Fragrant Spring Delight: Mugwort Rice Cake (Ssukbeommuri)
Enjoy a Healthy Ssukbeommuri Sweetened Naturally by Artemisia
This Ssukbeommuri is a healthy and delicious treat, naturally sweetened by the subtle flavors of fresh mugwort, dates, and pine nuts, completely sugar-free. Its chewy yet soft texture, made with non-glutinous rice flour, makes it a perfect snack or dessert.
Ssukbeommuri Ingredients- 1 bunch fresh mugwort (approx. 200-300g)

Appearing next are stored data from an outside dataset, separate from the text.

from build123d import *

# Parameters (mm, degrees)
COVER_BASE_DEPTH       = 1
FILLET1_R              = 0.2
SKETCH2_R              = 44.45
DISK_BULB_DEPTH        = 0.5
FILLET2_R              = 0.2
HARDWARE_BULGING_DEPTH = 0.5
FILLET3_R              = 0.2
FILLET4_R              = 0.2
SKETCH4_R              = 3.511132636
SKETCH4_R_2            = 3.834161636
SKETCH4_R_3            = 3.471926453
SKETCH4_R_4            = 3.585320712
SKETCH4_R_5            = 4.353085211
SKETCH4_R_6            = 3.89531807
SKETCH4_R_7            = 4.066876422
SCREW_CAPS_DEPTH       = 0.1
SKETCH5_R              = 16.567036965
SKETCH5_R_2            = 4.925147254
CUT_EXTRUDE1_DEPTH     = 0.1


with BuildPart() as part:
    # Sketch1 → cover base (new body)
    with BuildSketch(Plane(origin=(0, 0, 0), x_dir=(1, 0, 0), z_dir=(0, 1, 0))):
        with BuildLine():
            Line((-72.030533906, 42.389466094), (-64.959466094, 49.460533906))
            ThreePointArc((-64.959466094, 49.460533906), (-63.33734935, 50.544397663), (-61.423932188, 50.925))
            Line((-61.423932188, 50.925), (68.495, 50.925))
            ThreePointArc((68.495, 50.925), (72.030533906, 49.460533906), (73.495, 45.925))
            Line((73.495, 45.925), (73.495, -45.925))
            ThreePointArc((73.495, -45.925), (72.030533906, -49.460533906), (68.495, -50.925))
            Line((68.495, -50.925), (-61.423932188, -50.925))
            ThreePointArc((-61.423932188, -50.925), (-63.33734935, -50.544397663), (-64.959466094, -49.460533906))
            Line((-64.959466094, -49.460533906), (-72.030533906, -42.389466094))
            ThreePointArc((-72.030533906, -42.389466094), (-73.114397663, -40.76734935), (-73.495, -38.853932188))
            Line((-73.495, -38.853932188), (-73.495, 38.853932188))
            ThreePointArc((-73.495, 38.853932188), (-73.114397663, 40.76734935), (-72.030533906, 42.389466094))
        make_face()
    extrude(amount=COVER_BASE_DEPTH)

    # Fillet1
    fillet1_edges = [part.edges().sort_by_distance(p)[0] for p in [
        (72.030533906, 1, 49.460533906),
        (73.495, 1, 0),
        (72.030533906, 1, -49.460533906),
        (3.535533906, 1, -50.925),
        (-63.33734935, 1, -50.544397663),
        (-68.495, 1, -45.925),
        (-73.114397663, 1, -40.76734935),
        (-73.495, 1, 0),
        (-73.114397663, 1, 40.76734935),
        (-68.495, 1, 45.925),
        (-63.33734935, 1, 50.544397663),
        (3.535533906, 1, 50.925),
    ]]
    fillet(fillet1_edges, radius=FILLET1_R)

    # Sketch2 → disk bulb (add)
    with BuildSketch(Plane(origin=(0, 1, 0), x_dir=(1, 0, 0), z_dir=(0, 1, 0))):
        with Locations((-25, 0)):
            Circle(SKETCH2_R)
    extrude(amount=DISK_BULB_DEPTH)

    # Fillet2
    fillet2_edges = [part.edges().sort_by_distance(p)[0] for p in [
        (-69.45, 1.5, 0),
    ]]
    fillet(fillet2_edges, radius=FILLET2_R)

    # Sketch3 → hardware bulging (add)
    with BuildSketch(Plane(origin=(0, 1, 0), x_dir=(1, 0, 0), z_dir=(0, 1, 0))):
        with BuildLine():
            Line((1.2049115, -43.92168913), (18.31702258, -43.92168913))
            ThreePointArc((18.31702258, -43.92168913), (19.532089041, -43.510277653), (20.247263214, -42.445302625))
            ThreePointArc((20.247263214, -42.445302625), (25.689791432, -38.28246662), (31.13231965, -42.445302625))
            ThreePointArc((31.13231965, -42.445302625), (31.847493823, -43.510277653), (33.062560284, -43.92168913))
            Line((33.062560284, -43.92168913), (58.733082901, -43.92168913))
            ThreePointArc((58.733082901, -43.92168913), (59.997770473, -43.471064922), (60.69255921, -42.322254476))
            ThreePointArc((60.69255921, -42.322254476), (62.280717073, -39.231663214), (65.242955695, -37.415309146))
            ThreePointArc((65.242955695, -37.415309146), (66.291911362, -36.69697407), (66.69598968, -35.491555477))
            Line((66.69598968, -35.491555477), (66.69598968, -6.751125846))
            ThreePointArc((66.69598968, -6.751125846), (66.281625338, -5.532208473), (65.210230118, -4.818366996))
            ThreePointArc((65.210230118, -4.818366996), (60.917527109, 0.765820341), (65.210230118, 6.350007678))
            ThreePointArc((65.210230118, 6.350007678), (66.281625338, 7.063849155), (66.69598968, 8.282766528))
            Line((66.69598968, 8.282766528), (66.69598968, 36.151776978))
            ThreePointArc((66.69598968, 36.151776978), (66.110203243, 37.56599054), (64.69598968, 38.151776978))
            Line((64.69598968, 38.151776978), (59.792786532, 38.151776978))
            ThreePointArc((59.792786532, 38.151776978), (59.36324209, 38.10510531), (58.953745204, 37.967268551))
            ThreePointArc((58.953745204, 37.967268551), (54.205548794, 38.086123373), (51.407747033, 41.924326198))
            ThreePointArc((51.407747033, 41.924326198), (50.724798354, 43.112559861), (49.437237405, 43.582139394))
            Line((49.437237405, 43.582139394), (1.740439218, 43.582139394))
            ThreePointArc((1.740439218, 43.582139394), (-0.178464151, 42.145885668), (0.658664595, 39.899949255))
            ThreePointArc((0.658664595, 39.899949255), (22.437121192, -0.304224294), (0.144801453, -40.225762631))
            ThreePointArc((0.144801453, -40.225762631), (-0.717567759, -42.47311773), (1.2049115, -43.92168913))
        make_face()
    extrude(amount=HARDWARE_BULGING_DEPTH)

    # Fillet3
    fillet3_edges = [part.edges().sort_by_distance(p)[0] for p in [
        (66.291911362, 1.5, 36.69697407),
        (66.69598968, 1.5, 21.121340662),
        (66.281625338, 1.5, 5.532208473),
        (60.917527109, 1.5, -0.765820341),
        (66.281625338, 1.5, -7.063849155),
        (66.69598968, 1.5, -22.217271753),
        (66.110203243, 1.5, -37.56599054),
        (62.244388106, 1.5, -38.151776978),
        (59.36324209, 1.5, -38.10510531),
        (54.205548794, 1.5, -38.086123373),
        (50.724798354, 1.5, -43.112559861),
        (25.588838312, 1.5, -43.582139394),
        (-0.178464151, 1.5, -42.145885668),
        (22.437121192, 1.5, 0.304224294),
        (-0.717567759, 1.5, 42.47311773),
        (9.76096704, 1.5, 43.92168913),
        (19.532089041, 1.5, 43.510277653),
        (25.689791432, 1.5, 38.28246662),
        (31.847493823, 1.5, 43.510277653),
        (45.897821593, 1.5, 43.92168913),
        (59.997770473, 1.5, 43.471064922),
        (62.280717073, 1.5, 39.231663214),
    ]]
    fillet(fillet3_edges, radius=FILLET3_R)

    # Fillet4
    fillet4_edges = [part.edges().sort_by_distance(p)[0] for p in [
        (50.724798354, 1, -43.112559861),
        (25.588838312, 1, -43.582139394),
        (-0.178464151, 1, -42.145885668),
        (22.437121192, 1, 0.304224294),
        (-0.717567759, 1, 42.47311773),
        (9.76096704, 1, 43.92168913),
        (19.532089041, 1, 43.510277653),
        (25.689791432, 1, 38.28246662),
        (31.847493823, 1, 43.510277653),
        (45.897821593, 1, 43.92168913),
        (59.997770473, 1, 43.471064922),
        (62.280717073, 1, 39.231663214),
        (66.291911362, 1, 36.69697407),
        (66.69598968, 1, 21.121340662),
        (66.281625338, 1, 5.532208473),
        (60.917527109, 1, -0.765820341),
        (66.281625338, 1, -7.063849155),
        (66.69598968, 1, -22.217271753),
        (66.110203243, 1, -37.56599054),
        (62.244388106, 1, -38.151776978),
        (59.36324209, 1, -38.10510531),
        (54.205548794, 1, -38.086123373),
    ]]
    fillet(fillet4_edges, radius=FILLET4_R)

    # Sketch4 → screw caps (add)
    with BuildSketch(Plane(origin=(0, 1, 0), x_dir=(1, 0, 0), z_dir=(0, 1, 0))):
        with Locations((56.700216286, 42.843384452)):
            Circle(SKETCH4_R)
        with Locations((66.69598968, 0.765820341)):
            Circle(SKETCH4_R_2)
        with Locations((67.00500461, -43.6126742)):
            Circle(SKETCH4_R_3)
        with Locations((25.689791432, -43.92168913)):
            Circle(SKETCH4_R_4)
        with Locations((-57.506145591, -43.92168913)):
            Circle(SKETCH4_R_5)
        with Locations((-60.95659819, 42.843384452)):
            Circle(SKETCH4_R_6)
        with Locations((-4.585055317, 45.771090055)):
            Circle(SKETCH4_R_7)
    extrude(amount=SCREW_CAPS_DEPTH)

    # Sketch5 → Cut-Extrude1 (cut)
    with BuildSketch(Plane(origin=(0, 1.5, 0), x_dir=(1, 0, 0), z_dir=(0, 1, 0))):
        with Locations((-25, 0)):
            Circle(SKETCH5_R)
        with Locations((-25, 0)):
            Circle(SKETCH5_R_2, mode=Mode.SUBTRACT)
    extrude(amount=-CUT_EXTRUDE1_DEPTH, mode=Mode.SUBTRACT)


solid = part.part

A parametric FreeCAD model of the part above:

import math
import FreeCAD as App
import Part
import Sketcher
Q = App.Units.Quantity


def edges_at(feature, points):
    """Names of the edges that pass closest to the given points."""
    edges = feature.Shape.Edges
    near = lambda p: min(range(len(edges)), key=lambda i: edges[i].distToShape(Part.Vertex(*p))[0])
    return sorted({f"Edge{near(p) + 1}" for p in points})

doc = App.newDocument("Part")
body = doc.addObject("PartDesign::Body", "Body")

# Sketch on XZ plane
sketch1 = body.newObject("Sketcher::SketchObject", "Sketch")
sketch1.AttachmentSupport = (doc.getObject("XZ_Plane"), [""])
sketch1.MapMode = "FlatFace"
sketch1.addGeometry([
    Part.LineSegment(App.Vector(-65, -49.5, 0), App.Vector(-72, -42.4, 0)),  # 0
    Part.ArcOfCircle(Part.Circle(App.Vector(-68.5, -38.9, 0), App.Vector(0, 0, 1), 5), math.radians(180), math.radians(225)),  # 1
    Part.LineSegment(App.Vector(-73.5, -38.9, 0), App.Vector(-73.5, 38.9, 0)),  # 2
    Part.ArcOfCircle(Part.Circle(App.Vector(-68.5, 38.9, 0), App.Vector(0, 0, 1), 5), math.radians(135), math.radians(180)),  # 3
    Part.LineSegment(App.Vector(-72, 42.4, 0), App.Vector(-65, 49.5, 0)),  # 4
    Part.ArcOfCircle(Part.Circle(App.Vector(-61.4, 45.9, 0), App.Vector(0, 0, 1), 5), math.radians(90), math.radians(135)),  # 5
    Part.LineSegment(App.Vector(-61.4, 50.9, 0), App.Vector(68.5, 50.9, 0)),  # 6
    Part.ArcOfCircle(Part.Circle(App.Vector(68.5, 45.9, 0), App.Vector(0, 0, 1), 5), math.radians(0), math.radians(90)),  # 7
    Part.LineSegment(App.Vector(73.5, 45.9, 0), App.Vector(73.5, -45.9, 0)),  # 8
    Part.ArcOfCircle(Part.Circle(App.Vector(68.5, -45.9, 0), App.Vector(0, 0, 1), 5), math.radians(-90), math.radians(0)),  # 9
    Part.LineSegment(App.Vector(68.5, -50.9, 0), App.Vector(-61.4, -50.9, 0)),  # 10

- 2 cups non-glutinous rice flour (approx. 240g)
- 3 dried dates
- A small handful of pine nuts
- A pinch of salt (optional)
Cooking Instructions
Step 1
Seeing the Ssukbeommuri sold by grandmothers for 10,000 won at street stalls inspired me to make it myself! It’s amazing how delicious this dish can be, even with just a small amount of freshly picked mugwort. From now on, I’ll be making it at home instead of buying it!
Step 2
Gently rinse the harvested mugwort under running water to remove any dirt or debris.
Step 3
In a clean bowl, mix half a cup of water with half a cup of vinegar and soak the mugwort for about 10 minutes. Soaking in vinegar water helps to sanitize the mugwort, giving you peace of mind.
Step 4
Remove the mugwort from the vinegar water and rinse it thoroughly 2-3 times. Place the rinsed mugwort in a sieve to drain. Don’t drain it completely; a little moisture left will help the rice flour adhere better.
Step 5
Prepare 2 cups of non-glutinous rice flour. This is approximately 2 cups using a standard paper cup. Using non-glutinous rice flour helps achieve the characteristic chewy yet soft texture of Ssukbeommuri.
Step 6
Tip: In the past, I tried making Ssukbeommuri with glutinous rice flour and it turned out too much like sticky rice cake. For a chewier texture, use non-glutinous rice flour. If you prefer a softer texture, you can mix non-glutinous and glutinous rice flour. (This experience turned into a happy memory of making injeolmi with the glutinous rice flour!)
Step 7
Add the prepared non-glutinous rice flour to the slightly moist mugwort and gently mix and knead with your hands. Just combine them lightly until the mugwort and flour clump together. The moisture from the mugwort should be enough for the flour to stick.
Step 8
Place the mixed mugwort and rice flour onto a steaming rack in a steamer, spreading it out evenly.
Step 9
Cover the steamer and steam for about 20 minutes over high heat. This ensures the mugwort’s fragrance and the rice flour cook through to a tender consistency.
Step 10
While it’s steaming, thinly slice the dried dates and lightly crush the pine nuts. When the Ssukbeommuri is almost done, open the steamer lid and sprinkle the sliced dates and crushed pine nuts evenly over the top. The dates add a subtle sweetness, and the pine nuts provide a nutty aroma, creating a delicious Ssukbeommuri without any added sugar.
Step 11
To check if it’s cooked, insert a chopstick into the Ssukbeommuri. If no batter sticks to the chopstick, it’s ready. If batter does stick, steam for an additional 5 minutes.
Step 12
Carefully transfer the perfectly steamed Ssukbeommuri from the steamer to a serving dish. On this warm spring day, with cherry blossoms in full bloom, I hope you enjoy a pleasant Sunday with this fragrant Ssukbeommuri! Thank you.